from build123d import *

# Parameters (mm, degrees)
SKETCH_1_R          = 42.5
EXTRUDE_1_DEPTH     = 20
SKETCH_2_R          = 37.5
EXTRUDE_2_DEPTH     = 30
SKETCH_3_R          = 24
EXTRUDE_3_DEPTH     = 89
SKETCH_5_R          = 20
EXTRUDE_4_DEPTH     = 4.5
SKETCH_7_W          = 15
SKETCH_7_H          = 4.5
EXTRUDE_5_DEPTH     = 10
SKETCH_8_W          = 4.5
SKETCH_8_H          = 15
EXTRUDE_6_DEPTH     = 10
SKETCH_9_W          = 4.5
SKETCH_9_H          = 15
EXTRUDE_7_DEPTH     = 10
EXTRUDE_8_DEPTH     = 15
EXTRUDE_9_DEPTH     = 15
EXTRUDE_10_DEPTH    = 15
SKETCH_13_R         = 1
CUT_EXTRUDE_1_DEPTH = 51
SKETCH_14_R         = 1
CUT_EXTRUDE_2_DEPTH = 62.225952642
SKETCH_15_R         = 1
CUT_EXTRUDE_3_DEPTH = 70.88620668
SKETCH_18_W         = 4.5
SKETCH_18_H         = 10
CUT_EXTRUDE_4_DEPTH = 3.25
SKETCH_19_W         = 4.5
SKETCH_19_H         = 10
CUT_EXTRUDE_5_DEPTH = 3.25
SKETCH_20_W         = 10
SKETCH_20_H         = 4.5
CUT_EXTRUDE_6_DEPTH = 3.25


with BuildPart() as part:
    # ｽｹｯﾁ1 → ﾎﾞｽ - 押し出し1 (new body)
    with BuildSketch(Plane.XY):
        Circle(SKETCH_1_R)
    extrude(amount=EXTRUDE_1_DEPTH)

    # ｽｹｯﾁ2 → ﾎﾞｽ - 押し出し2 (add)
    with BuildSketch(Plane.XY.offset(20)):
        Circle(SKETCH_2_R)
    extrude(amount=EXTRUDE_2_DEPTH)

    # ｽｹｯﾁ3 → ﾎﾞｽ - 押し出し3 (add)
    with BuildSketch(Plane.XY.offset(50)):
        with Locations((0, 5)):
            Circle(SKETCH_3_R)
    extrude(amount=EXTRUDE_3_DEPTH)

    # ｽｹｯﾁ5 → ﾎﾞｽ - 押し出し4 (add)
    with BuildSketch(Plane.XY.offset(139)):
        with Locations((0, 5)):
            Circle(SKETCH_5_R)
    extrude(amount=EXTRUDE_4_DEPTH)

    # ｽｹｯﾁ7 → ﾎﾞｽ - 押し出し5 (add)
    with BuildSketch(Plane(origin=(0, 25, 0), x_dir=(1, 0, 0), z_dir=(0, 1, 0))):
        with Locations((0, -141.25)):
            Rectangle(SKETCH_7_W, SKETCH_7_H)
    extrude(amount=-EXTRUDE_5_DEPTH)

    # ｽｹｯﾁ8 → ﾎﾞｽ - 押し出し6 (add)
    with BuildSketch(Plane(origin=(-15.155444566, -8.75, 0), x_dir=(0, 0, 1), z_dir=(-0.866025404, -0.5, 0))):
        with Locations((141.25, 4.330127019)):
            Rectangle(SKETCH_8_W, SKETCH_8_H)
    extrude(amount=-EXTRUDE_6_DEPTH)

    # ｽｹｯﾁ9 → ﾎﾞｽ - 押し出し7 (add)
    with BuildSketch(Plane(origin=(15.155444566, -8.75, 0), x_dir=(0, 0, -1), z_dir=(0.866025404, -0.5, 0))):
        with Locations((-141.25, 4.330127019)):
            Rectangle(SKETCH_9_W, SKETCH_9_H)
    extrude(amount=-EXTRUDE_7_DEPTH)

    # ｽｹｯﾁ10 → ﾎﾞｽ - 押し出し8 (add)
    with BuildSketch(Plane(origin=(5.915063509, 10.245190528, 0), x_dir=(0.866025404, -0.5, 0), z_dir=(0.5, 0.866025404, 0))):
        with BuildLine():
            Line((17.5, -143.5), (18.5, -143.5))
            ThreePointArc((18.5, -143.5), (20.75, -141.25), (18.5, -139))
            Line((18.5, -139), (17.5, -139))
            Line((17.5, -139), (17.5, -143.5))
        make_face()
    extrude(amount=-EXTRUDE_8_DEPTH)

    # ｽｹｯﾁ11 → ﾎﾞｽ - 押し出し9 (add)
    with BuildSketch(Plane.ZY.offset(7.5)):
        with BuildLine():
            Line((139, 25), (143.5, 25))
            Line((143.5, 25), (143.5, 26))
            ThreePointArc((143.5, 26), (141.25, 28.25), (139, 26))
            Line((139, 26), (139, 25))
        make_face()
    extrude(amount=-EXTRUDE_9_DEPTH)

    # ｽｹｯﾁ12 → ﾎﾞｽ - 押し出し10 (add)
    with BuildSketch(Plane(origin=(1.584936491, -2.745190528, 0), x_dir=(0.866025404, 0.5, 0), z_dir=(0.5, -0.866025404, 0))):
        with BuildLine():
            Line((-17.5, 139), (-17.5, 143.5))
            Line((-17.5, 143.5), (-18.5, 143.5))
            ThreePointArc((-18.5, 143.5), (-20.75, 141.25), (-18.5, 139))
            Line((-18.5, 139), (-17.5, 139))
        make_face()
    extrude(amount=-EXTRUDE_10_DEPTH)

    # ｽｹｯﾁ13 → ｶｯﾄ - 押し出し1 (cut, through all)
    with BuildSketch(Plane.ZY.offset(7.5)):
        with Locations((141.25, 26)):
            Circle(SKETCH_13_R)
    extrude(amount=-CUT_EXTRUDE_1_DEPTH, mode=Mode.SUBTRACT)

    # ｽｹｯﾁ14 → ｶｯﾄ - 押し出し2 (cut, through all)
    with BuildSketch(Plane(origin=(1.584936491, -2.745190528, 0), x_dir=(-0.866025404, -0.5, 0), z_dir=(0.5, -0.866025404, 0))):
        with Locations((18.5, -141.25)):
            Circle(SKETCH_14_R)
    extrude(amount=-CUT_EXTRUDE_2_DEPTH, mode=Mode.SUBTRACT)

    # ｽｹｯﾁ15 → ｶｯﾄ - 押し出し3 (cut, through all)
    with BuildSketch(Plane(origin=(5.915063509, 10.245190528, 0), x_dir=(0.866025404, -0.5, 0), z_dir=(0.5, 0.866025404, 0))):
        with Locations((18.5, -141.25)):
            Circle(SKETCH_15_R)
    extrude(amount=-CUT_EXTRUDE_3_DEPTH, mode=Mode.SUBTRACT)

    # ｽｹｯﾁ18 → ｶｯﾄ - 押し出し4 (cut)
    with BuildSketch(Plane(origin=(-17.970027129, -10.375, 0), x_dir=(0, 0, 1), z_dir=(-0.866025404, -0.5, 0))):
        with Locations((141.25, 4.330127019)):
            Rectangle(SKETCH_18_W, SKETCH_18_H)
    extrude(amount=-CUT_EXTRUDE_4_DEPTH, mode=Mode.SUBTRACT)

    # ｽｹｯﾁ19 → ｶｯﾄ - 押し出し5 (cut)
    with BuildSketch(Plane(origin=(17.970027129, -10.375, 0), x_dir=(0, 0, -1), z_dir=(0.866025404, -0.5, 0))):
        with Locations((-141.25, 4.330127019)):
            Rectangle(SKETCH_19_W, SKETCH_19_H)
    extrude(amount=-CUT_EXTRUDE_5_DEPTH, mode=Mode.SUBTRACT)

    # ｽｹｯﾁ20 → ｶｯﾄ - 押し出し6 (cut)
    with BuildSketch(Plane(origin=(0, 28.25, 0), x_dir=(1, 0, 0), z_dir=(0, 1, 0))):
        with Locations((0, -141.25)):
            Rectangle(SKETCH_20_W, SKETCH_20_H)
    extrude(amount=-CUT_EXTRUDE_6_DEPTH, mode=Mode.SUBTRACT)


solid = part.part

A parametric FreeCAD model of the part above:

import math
import FreeCAD as App
import Part
import Sketcher

V = App.Vector
Q = App.Units.Quantity

doc = App.newDocument("Part")
body = doc.addObject("PartDesign::Body", "Body")

# Sketch on XY plane
sketch1 = doc.addObject("Sketcher::SketchObject", "Sketch")
body.addObject(sketch1)
sketch1.AttachmentSupport = (doc.XY_Plane, [""])
sketch1.MapMode = "FlatFace"
sketch1.addGeometry(Part.Circle(V(0, 0, 0), V(0, 0, 1), 42.5), False)
sketch1.addConstraint([
    Sketcher.Constraint("Coincident", 0, 3, -1, 1),
    Sketcher.Constraint("Diameter", 0, Q("85 mm")),
])
pad1 = doc.addObject("PartDesign::Pad", "Pad")
body.addObject(pad1)
pad1.Profile = sketch1
pad1.Length = 20

# Sketch on XY plane
sketch2 = doc.addObject("Sketcher::SketchObject", "Sketch001")
body.addObject(sketch2)
sketch2.AttachmentSupport = (doc.XY_Plane, [""])
sketch2.MapMode = "FlatFace"
sketch2.AttachmentOffset = App.Placement(V(0, 0, 20), App.Rotation())
sketch2.addGeometry(Part.Circle(V(0, 0, 0), V(0, 0, 1), 37.5), False)
sketch2.addConstraint([
    Sketcher.Constraint("Coincident", 0, 3, -1, 1),
    Sketcher.Constraint("Diameter", 0, Q("75 mm")),
])
pad2 = doc.addObject("PartDesign::Pad", "Pad001")
body.addObject(pad2)
pad2.Profile = sketch2
pad2.Length = 30

# Sketch on XY plane
sketch3 = doc.addObject("Sketcher::SketchObject", "Sketch002")
body.addObject(sketch3)
sketch3.AttachmentSupport = (doc.XY_Plane, [""])
sketch3.MapMode = "FlatFace"
sketch3.AttachmentOffset = App.Placement(V(0, 0, 50), App.Rotation())
sketch3.addGeometry(Part.Circle(V(0, 5, 0), V(0, 0, 1), 24), False)
sketch3.addConstraint([
    Sketcher.Constraint("PointOnObject", 0, 3, -2),
    Sketcher.Constraint("Diameter", 0, Q("48 mm")),
    Sketcher.Constraint("DistanceY", -1, 1, 0, 3, Q("5 mm")),
])
pad3 = doc.addObject("PartDesign::Pad", "Pad002")
body.addObject(pad3)
pad3.Profile = sketch3
pad3.Length = 89

# Sketch on XY plane
sketch4 = doc.addObject("Sketcher::SketchObject", "Sketch003")
body.addObject(sketch4)
sketch4.AttachmentSupport = (doc.XY_Plane, [""])
sketch4.MapMode = "FlatFace"
sketch4.AttachmentOffset = App.Placement(V(0, 0, 139), App.Rotation())
sketch4.addGeometry(Part.Circle(V(0, 5, 0), V(0, 0, 1), 20), False)
sketch4.addConstraint([
    Sketcher.Constraint("PointOnObject", 0, 3, -2),
    Sketcher.Constraint("Diameter", 0, Q("40 mm")),
    Sketcher.Constraint("DistanceY", -1, 1, 0, 3, Q("5 mm")),
])
pad4 = doc.addObject("PartDesign::Pad", "Pad003")
body.addObject(pad4)
pad4.Profile = sketch4
pad4.Length = 4.5

# Sketch on XZ plane
sketch5 = doc.addObject("Sketcher::SketchObject", "Sketch004")
body.addObject(sketch5)
sketch5.AttachmentSupport = (doc.XZ_Plane, [""])
sketch5.MapMode = "FlatFace"
sketch5.AttachmentOffset = App.Placement(V(0, 0, -25), App.Rotation())
sketch5.addGeometry([
    Part.LineSegment(V(-7.5, 139, 0), V(-7.5, 143.5, 0)),
    Part.LineSegment(V(-7.5, 143.5, 0), V(7.5, 143.5, 0)),
    Part.LineSegment(V(7.5, 143.5, 0), V(7.5, 139, 0)),
    Part.LineSegment(V(7.5, 139, 0), V(-7.5, 139, 0)),
], False)
sketch5.addConstraint([
    Sketcher.Constraint("Coincident", 0, 2, 1, 1),
    Sketcher.Constraint("Coincident", 1, 2, 2, 1),
    Sketcher.Constraint("Coincident", 2, 2, 3, 1),
    Sketcher.Constraint("Coincident", 3, 2, 0, 1),
    Sketcher.Constraint("Vertical", 0),
    Sketcher.Constraint("Horizontal", 1),
    Sketcher.Constraint("Vertical", 2),
    Sketcher.Constraint("Horizontal", 3),
    Sketcher.Constraint("DistanceX", 1, 1, 1, 2, Q("15 mm")),
    Sketcher.Constraint("DistanceY", 0, 1, 0, 2, Q("4.5 mm")),
    Sketcher.Constraint("DistanceY", -1, 1, 2, 2, Q("139 mm")),
    Sketcher.Constraint("DistanceX", 0, 2, -1, 1, Q("7.5 mm")),
])
pad5 = doc.addObject("PartDesign::Pad", "Pad004")
body.addObject(pad5)
pad5.Profile = sketch5
pad5.Length = 10

# Sketch on an angled plane
sketch6 = doc.addObject("Sketcher::SketchObject", "Sketch005")
body.addObject(sketch6)
sketch6.Placement = App.Placement(V(-15.155445, -8.75, 0), App.Rotation(V(0, 0, 1), V(-0.5, 0.866025404, 0), V(-0.866025404, -0.5, 0), "ZXY"))
sketch6.addGeometry([
    Part.LineSegment(V(139, 11.830127, 0), V(139, -3.169873, 0)),
    Part.LineSegment(V(139, -3.169873, 0), V(143.5, -3.169873, 0)),
    Part.LineSegment(V(143.5, -3.169873, 0), V(143.5, 11.830127, 0)),
    Part.LineSegment(V(143.5, 11.830127, 0), V(139, 11.830127, 0)),
], False)
sketch6.addConstraint([
    Sketcher.Constraint("Coincident", 0, 2, 1, 1),
    Sketcher.Constraint("Coincident", 1, 2, 2, 1),
    Sketcher.Constraint("Coincident", 2, 2, 3, 1),
    Sketcher.Constraint("Coincident", 3, 2, 0, 1),
    Sketcher.Constraint("Vertical", 0),
    Sketcher.Constraint("Horizontal", 1),
    Sketcher.Constraint("Vertical", 2),
    Sketcher.Constraint("Horizontal", 3),
    Sketcher.Constraint("DistanceY", 0, 2, 0, 1, Q("15 mm")),
    Sketcher.Constraint("DistanceX", 1, 1, 1, 2, Q("4.5 mm")),
    Sketcher.Constraint("DistanceX", -1, 1, 0, 2, Q("139 mm")),
    Sketcher.Constraint("DistanceY", 0, 2, -1, 1, Q("3.169873 mm")),
])
pad6 = doc.addObject("PartDesign::Pad", "Pad005")
body.addObject(pad6)
pad6.Profile = sketch6
pad6.Length = 10
pad6.Reversed = True

# Sketch on an angled plane
sketch7 = doc.addObject("Sketcher::SketchObject", "Sketch006")
body.addObject(sketch7)
sketch7.Placement = App.Placement(V(15.155445, -8.75, 0), App.Rotation(V(0, 0, -1), V(0.5, 0.866025404, 0), V(0.866025404, -0.5, 0), "ZXY"))
sketch7.addGeometry([
    Part.LineSegment(V(-143.5, 11.830127, 0), V(-143.5, -3.169873, 0)),
    Part.LineSegment(V(-143.5, -3.169873, 0), V(-139, -3.169873, 0)),
    Part.LineSegment(V(-139, -3.169873, 0), V(-139, 11.830127, 0)),
    Part.LineSegment(V(-139, 11.830127, 0), V(-143.5, 11.830127, 0)),
], False)
sketch7.addConstraint([
    Sketcher.Constraint("Coincident", 0, 2, 1, 1),
    Sketcher.Constraint("Coincident", 1, 2, 2, 1),
    Sketcher.Constraint("Coincident", 2, 2, 3, 1),
    Sketcher.Constraint("Coincident", 3, 2, 0, 1),
    Sketcher.Constraint("Vertical", 0),
    Sketcher.Constraint("Horizontal", 1),
    Sketcher.Constraint("Vertical", 2),
    Sketcher.Constraint("Horizontal", 3),
    Sketcher.Constraint("DistanceY", 0, 2, 0, 1, Q("15 mm")),
    Sketcher.Constraint("DistanceX", 1, 1, 1, 2, Q("4.5 mm")),
    Sketcher.Constraint("DistanceX", 1, 2, -1, 1, Q("139 mm")),
    Sketcher.Constraint("DistanceY", 0, 2, -1, 1, Q("3.169873 mm")),
])
pad7 = doc.addObject("PartDesign::Pad", "Pad006")
body.addObject(pad7)
pad7.Profile = sketch7
pad7.Length = 10
pad7.Reversed = True

# Sketch on an angled plane
sketch8 = doc.addObject("Sketcher::SketchObject", "Sketch007")
body.addObject(sketch8)
sketch8.Placement = App.Placement(V(5.915064, 10.245191, 0), App.Rotation(V(0.866025404, -0.5, 0), V(0, 0, -1), V(0.5, 0.866025404, 0), "ZXY"))
sketch8.addGeometry([
    Part.LineSegment(V(17.5, -143.5, 0), V(18.5, -143.5, 0)),
    Part.ArcOfCircle(Part.Circle(V(18.5, -141.25, 0), V(0, 0, 1), 2.25), math.radians(-90), math.radians(90)),
    Part.LineSegment(V(18.5, -139, 0), V(17.5, -139, 0)),
    Part.LineSegment(V(17.5, -139, 0), V(17.5, -143.5, 0)),
], False)
sketch8.addConstraint([
    Sketcher.Constraint("Tangent", 0, 2, 1, 1),
    Sketcher.Constraint("Tangent", 1, 2, 2, 1),
    Sketcher.Constraint("Coincident", 2, 2, 3, 1),
    Sketcher.Constraint("Coincident", 3, 2, 0, 1),
    Sketcher.Constraint("Horizontal", 0),
    Sketcher.Constraint("Horizontal", 2),
    Sketcher.Constraint("Vertical", 3),
    Sketcher.Constraint("DistanceX", 0, 1, 0, 2, Q("1 mm")),
    Sketcher.Constraint("Radius", 1, Q("2.25 mm")),
    Sketcher.Constraint("DistanceY", 1, 2, -1, 1, Q("139 mm")),
    Sketcher.Constraint("DistanceX", -1, 1, 1, 3, Q("18.5 mm")),
])
pad8 = doc.addObject("PartDesign::Pad", "Pad007")
body.addObject(pad8)
pad8.Profile = sketch8
pad8.Length = 15
pad8.Reversed = True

Exercise description –
Reproduce only the lines above, starting at the line with "# ｽｹｯﾁ18 → ｶｯﾄ - 押し出し4 (cut)" and ending at the line with "A parametric FreeCAD", exactly as written.

Reply –
    # ｽｹｯﾁ18 → ｶｯﾄ - 押し出し4 (cut)
    with BuildSketch(Plane(origin=(-17.970027129, -10.375, 0), x_dir=(0, 0, 1), z_dir=(-0.866025404, -0.5, 0))):
        with Locations((141.25, 4.330127019)):
            Rectangle(SKETCH_18_W, SKETCH_18_H)
    extrude(amount=-CUT_EXTRUDE_4_DEPTH, mode=Mode.SUBTRACT)

    # ｽｹｯﾁ19 → ｶｯﾄ - 押し出し5 (cut)
    with BuildSketch(Plane(origin=(17.970027129, -10.375, 0), x_dir=(0, 0, -1), z_dir=(0.866025404, -0.5, 0))):
        with Locations((-141.25, 4.330127019)):
            Rectangle(SKETCH_19_W, SKETCH_19_H)
    extrude(amount=-CUT_EXTRUDE_5_DEPTH, mode=Mode.SUBTRACT)

    # ｽｹｯﾁ20 → ｶｯﾄ - 押し出し6 (cut)
    with BuildSketch(Plane(origin=(0, 28.25, 0), x_dir=(1, 0, 0), z_dir=(0, 1, 0))):
        with Locations((0, -141.25)):
            Rectangle(SKETCH_20_W, SKETCH_20_H)
    extrude(amount=-CUT_EXTRUDE_6_DEPTH, mode=Mode.SUBTRACT)


solid = part.part

A parametric FreeCAD model of the part above:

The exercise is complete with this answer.